<<<<

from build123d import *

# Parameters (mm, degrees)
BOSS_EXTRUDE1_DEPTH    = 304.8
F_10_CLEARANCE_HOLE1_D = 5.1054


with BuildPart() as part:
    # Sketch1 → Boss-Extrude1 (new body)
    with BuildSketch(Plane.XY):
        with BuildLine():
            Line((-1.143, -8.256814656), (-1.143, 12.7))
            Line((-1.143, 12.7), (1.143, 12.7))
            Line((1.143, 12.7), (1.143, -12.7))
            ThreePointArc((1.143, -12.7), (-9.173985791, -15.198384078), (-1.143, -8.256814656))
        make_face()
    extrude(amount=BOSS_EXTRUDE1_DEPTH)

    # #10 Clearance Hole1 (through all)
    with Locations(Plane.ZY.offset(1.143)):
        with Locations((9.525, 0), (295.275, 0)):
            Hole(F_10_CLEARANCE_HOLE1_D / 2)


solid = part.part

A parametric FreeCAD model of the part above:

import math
import FreeCAD as App
import Part
import Sketcher
from FreeCAD import Vector
Q = App.Units.Quantity

doc = App.newDocument("Part")
body = doc.addObject("PartDesign::Body", "Body")

# Sketch on XY plane
sketch1 = doc.addObject("Sketcher::SketchObject", "Sketch")
body.addObject(sketch1)
sketch1.AttachmentSupport = (doc.XY_Plane, [""])
sketch1.MapMode = "FlatFace"
sketch1.addGeometry([
    Part.LineSegment(Vector(-1.1, 12.7, 0), Vector(-1.1, -8.3, 0)),
    Part.ArcOfCircle(Part.Circle(Vector(-4.3, -12.7, 0), Vector(0, 0, 1), 5.5), math.radians(54), math.radians(360)),
    Part.LineSegment(Vector(1.1, -12.7, 0), Vector(1.1, 12.7, 0)),
    Part.LineSegment(Vector(1.1, 12.7, 0), Vector(-1.1, 12.7, 0)),
], False)
sketch1.addConstraint([
    Sketcher.Constraint("Coincident", 0, 2, 1, 1),
    Sketcher.Constraint("Tangent", 1, 2, 2, 1),
    Sketcher.Constraint("Coincident", 2, 2, 3, 1),
    Sketcher.Constraint("Coincident", 3, 2, 0, 1),
    Sketcher.Constraint("Vertical", 0),
    Sketcher.Constraint("Vertical", 2),
    Sketcher.Constraint("Horizontal", 3),
    Sketcher.Constraint("Symmetric", 1, 2, 3, 2, -1, 1),
    Sketcher.Constraint("DistanceY", 2, 1, 2, 2, Q("1 in")),
    Sketcher.Constraint("Radius", 1, Q("0.215 in")),
    Sketcher.Constraint("DistanceX", 3, 2, 3, 1, Q("0.09 in")),
])
pad1 = doc.addObject("PartDesign::Pad", "Pad")
body.addObject(pad1)
pad1.Profile = sketch1
pad1.Length = Q("12 in")

# Sketch on YZ plane
sketch2 = doc.addObject("Sketcher::SketchObject", "Sketch001")
body.addObject(sketch2)
sketch2.AttachmentSupport = (doc.YZ_Plane, [""])
sketch2.MapMode = "FlatFace"
sketch2.AttachmentOffset = App.Placement(Vector(0, 0, -0.045 * 25.4), App.Rotation())
sketch2.addGeometry([
    Part.Circle(Vector(0, 9.5, 0), Vector(0, 0, 1), 2.6),
    Part.Circle(Vector(0, 295.3, 0), Vector(0, 0, 1), 2.6),
], False)
sketch2.addConstraint([
    Sketcher.Constraint("Equal", 0, 1),
    Sketcher.Constraint("PointOnObject", 0, 3, -2),
    Sketcher.Constraint("PointOnObject", 1, 3, -2),
    Sketcher.Constraint("Diameter", 0, Q("0.201 in")),
    Sketcher.Constraint("DistanceY", 0, 3, 1, 3, Q("11.25 in")),
    Sketcher.Constraint("DistanceY", -1, 1, 0, 3, Q("0.375 in")),
])
doc.recompute()
hole = doc.addObject("PartDesign::Hole", "Hole")
body.addObject(hole)
hole.Profile = sketch2
hole.ThreadType = "None"
hole.Diameter = Q("0.201 in")
hole.DepthType = "ThroughAll"
hole.Reversed = True

doc.recompute()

>>>>

* What to do
Set down only the lines above that fall between the line holding "# Parameters (mm, degrees)" and the line holding "A parametric FreeCAD", inclusive, keeping each exact.

* Answer box
# Parameters (mm, degrees)
BOSS_EXTRUDE1_DEPTH    = 304.8
F_10_CLEARANCE_HOLE1_D = 5.1054


with BuildPart() as part:
    # Sketch1 → Boss-Extrude1 (new body)
    with BuildSketch(Plane.XY):
        with BuildLine():
            Line((-1.143, -8.256814656), (-1.143, 12.7))
            Line((-1.143, 12.7), (1.143, 12.7))
            Line((1.143, 12.7), (1.143, -12.7))
            ThreePointArc((1.143, -12.7), (-9.173985791, -15.198384078), (-1.143, -8.256814656))
        make_face()
    extrude(amount=BOSS_EXTRUDE1_DEPTH)

    # #10 Clearance Hole1 (through all)
    with Locations(Plane.ZY.offset(1.143)):
        with Locations((9.525, 0), (295.275, 0)):
            Hole(F_10_CLEARANCE_HOLE1_D / 2)


solid = part.part

A parametric FreeCAD model of the part above:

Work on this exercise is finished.